Those words that have become the title of this "remembrance" make up the last sentence of a poem written by John Gillespie Magee, who was killed at the age of 19 while serving with the Royal Canadian Air Force during World War II. Only a few days before his death, he wrote this poem which he mailed to his Mom before his last flight.

As one who has flown as the lone passenger in the smallest of Cessna's or with as many passengers as a 747 can hold flying from the Ontario Airport to Des Moines, Iowa, there have been many occasions when I have placed my fingers to the misty window and have felt as close to God as I have ever felt in the pew of a church. At the oh-so-young age of 19, John wrote words that have stirred hearts of every age for lo, these many years.

And for me, they also stirred memories of a young classmate, Emil E. Kluever, Jr., a country lad of considerable intelligence and looks, spontaneous and energetic enough to be a Yell Leader but quiet enough to be a model student in Study Hall, the Teacher's dream come true! Truth be said, I did not know Jack all that well in school so he would probably tell you a different story...but again, this is MY blog, right? (Over those years of Junior High and High School, I did my usual amount of "inspection," of course, and my instincts are pretty much "right on" so you can pretty much believe what I am going to tell you...)

For a country lad, let me tell you, Jack has come a long way! What one learns at the Class Reunions!

Dale Anderson and I, as Class Officers, (Dick Pagel, recently deceased, always there in spirit) were responsible for entertainment for the 2005 Class Reunion; Dale had cleared it with Jack, living in Las Vegas, to be the featured speaker at the Saturday morning breakfast meeting, sharing some of his experiences as an officer with the U.S.Army. Little did the most of us know just what those "experiences" would be!

A little background information on Jack during the World War II time period in his own words:

"Before graduating, several of us..Dick Pagel, Charlie Smith, myself and others...went to Omaha to enlist in the U.S. Army Air Corps, a branch of the Army/Military. Several were accepted, but I was not...couldn't pass the eye test. After eating many carrots and learning the eye chart, I passed. I was really determined. I had been successful in having my Birth Certificate date changed so that I was 18." Blogger's Note: Sometimes you gotta do what you gotta do!

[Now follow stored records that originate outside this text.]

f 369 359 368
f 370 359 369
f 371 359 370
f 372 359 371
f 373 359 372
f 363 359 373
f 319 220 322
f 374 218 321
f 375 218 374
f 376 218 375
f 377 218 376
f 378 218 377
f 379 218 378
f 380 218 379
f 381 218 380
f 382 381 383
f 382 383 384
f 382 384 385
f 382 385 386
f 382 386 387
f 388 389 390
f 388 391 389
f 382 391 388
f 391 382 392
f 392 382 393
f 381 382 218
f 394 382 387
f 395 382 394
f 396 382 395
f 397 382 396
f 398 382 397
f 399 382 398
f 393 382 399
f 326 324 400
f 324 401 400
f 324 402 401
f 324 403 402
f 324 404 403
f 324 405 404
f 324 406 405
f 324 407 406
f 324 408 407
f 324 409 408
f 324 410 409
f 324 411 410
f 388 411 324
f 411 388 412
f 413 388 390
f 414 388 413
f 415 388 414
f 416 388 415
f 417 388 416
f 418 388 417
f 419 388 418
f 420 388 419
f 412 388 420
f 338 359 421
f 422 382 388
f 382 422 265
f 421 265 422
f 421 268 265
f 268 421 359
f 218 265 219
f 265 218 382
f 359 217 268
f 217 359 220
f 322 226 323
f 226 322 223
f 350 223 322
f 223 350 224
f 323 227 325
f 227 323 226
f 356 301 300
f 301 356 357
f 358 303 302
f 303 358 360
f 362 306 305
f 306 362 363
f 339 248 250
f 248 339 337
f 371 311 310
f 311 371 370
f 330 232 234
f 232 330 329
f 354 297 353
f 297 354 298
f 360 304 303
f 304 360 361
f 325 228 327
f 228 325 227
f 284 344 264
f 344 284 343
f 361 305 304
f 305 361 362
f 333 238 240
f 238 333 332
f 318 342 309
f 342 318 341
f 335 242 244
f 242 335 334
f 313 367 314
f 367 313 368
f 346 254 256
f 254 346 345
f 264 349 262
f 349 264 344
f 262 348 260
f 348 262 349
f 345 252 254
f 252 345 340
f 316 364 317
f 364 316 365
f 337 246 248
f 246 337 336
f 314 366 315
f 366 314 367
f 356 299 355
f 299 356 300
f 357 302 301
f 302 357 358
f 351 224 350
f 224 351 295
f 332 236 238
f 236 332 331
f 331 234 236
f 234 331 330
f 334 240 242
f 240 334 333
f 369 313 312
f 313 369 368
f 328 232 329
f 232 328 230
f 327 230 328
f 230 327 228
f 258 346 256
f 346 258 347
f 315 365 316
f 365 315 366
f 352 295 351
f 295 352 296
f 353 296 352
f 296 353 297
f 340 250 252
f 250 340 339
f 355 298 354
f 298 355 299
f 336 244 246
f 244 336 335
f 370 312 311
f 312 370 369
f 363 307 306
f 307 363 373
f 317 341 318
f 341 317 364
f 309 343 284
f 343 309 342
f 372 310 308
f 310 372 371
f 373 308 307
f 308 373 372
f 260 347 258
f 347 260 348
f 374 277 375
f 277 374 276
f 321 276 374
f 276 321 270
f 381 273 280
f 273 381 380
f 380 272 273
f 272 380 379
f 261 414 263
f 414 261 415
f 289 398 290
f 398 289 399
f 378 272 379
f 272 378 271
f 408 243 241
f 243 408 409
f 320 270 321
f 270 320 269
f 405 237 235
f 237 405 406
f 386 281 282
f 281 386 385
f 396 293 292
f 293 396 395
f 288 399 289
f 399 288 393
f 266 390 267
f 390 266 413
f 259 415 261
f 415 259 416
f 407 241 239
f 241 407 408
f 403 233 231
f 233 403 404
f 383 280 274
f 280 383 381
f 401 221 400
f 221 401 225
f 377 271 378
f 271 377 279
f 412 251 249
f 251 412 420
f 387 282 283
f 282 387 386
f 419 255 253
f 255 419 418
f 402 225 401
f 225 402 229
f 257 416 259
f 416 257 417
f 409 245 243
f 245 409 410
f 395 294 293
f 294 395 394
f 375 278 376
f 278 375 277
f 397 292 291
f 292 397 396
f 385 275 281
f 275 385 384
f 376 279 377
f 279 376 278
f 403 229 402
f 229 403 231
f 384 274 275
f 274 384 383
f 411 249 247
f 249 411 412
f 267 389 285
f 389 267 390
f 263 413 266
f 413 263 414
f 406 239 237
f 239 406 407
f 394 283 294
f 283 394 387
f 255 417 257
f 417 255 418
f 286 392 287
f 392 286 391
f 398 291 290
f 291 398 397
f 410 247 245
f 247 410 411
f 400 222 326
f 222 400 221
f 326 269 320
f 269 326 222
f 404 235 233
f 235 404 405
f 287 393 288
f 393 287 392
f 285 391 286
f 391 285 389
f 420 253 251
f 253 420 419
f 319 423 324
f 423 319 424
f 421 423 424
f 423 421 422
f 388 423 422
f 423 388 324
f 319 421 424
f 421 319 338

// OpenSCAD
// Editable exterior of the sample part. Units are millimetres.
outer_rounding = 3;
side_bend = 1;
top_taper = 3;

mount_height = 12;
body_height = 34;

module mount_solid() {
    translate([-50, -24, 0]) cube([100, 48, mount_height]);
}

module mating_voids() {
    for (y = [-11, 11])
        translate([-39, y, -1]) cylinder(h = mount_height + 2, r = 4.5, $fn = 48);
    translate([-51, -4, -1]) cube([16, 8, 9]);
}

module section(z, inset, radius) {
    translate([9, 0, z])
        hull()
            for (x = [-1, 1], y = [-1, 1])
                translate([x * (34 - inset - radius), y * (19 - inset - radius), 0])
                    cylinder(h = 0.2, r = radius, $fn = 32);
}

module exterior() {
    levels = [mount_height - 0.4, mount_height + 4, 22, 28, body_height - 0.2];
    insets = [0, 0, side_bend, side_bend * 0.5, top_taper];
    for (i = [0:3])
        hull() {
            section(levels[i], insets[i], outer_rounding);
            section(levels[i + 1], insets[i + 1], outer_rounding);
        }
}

Jack wrote in our AHS's 2003 Memoirs titled, "The Way We Are..." that "as long as I could remember, I always wanted to be a pilot like my older brother, Arnold, who received his wings in 1937. (After Basic Training in late 1944, Jack was accepted into the Aviation Cadet Program.) So, when I graduated from Flight Training in Enid, Oklahoma, my brother flew in and pinned on my wings on 27 June 1945."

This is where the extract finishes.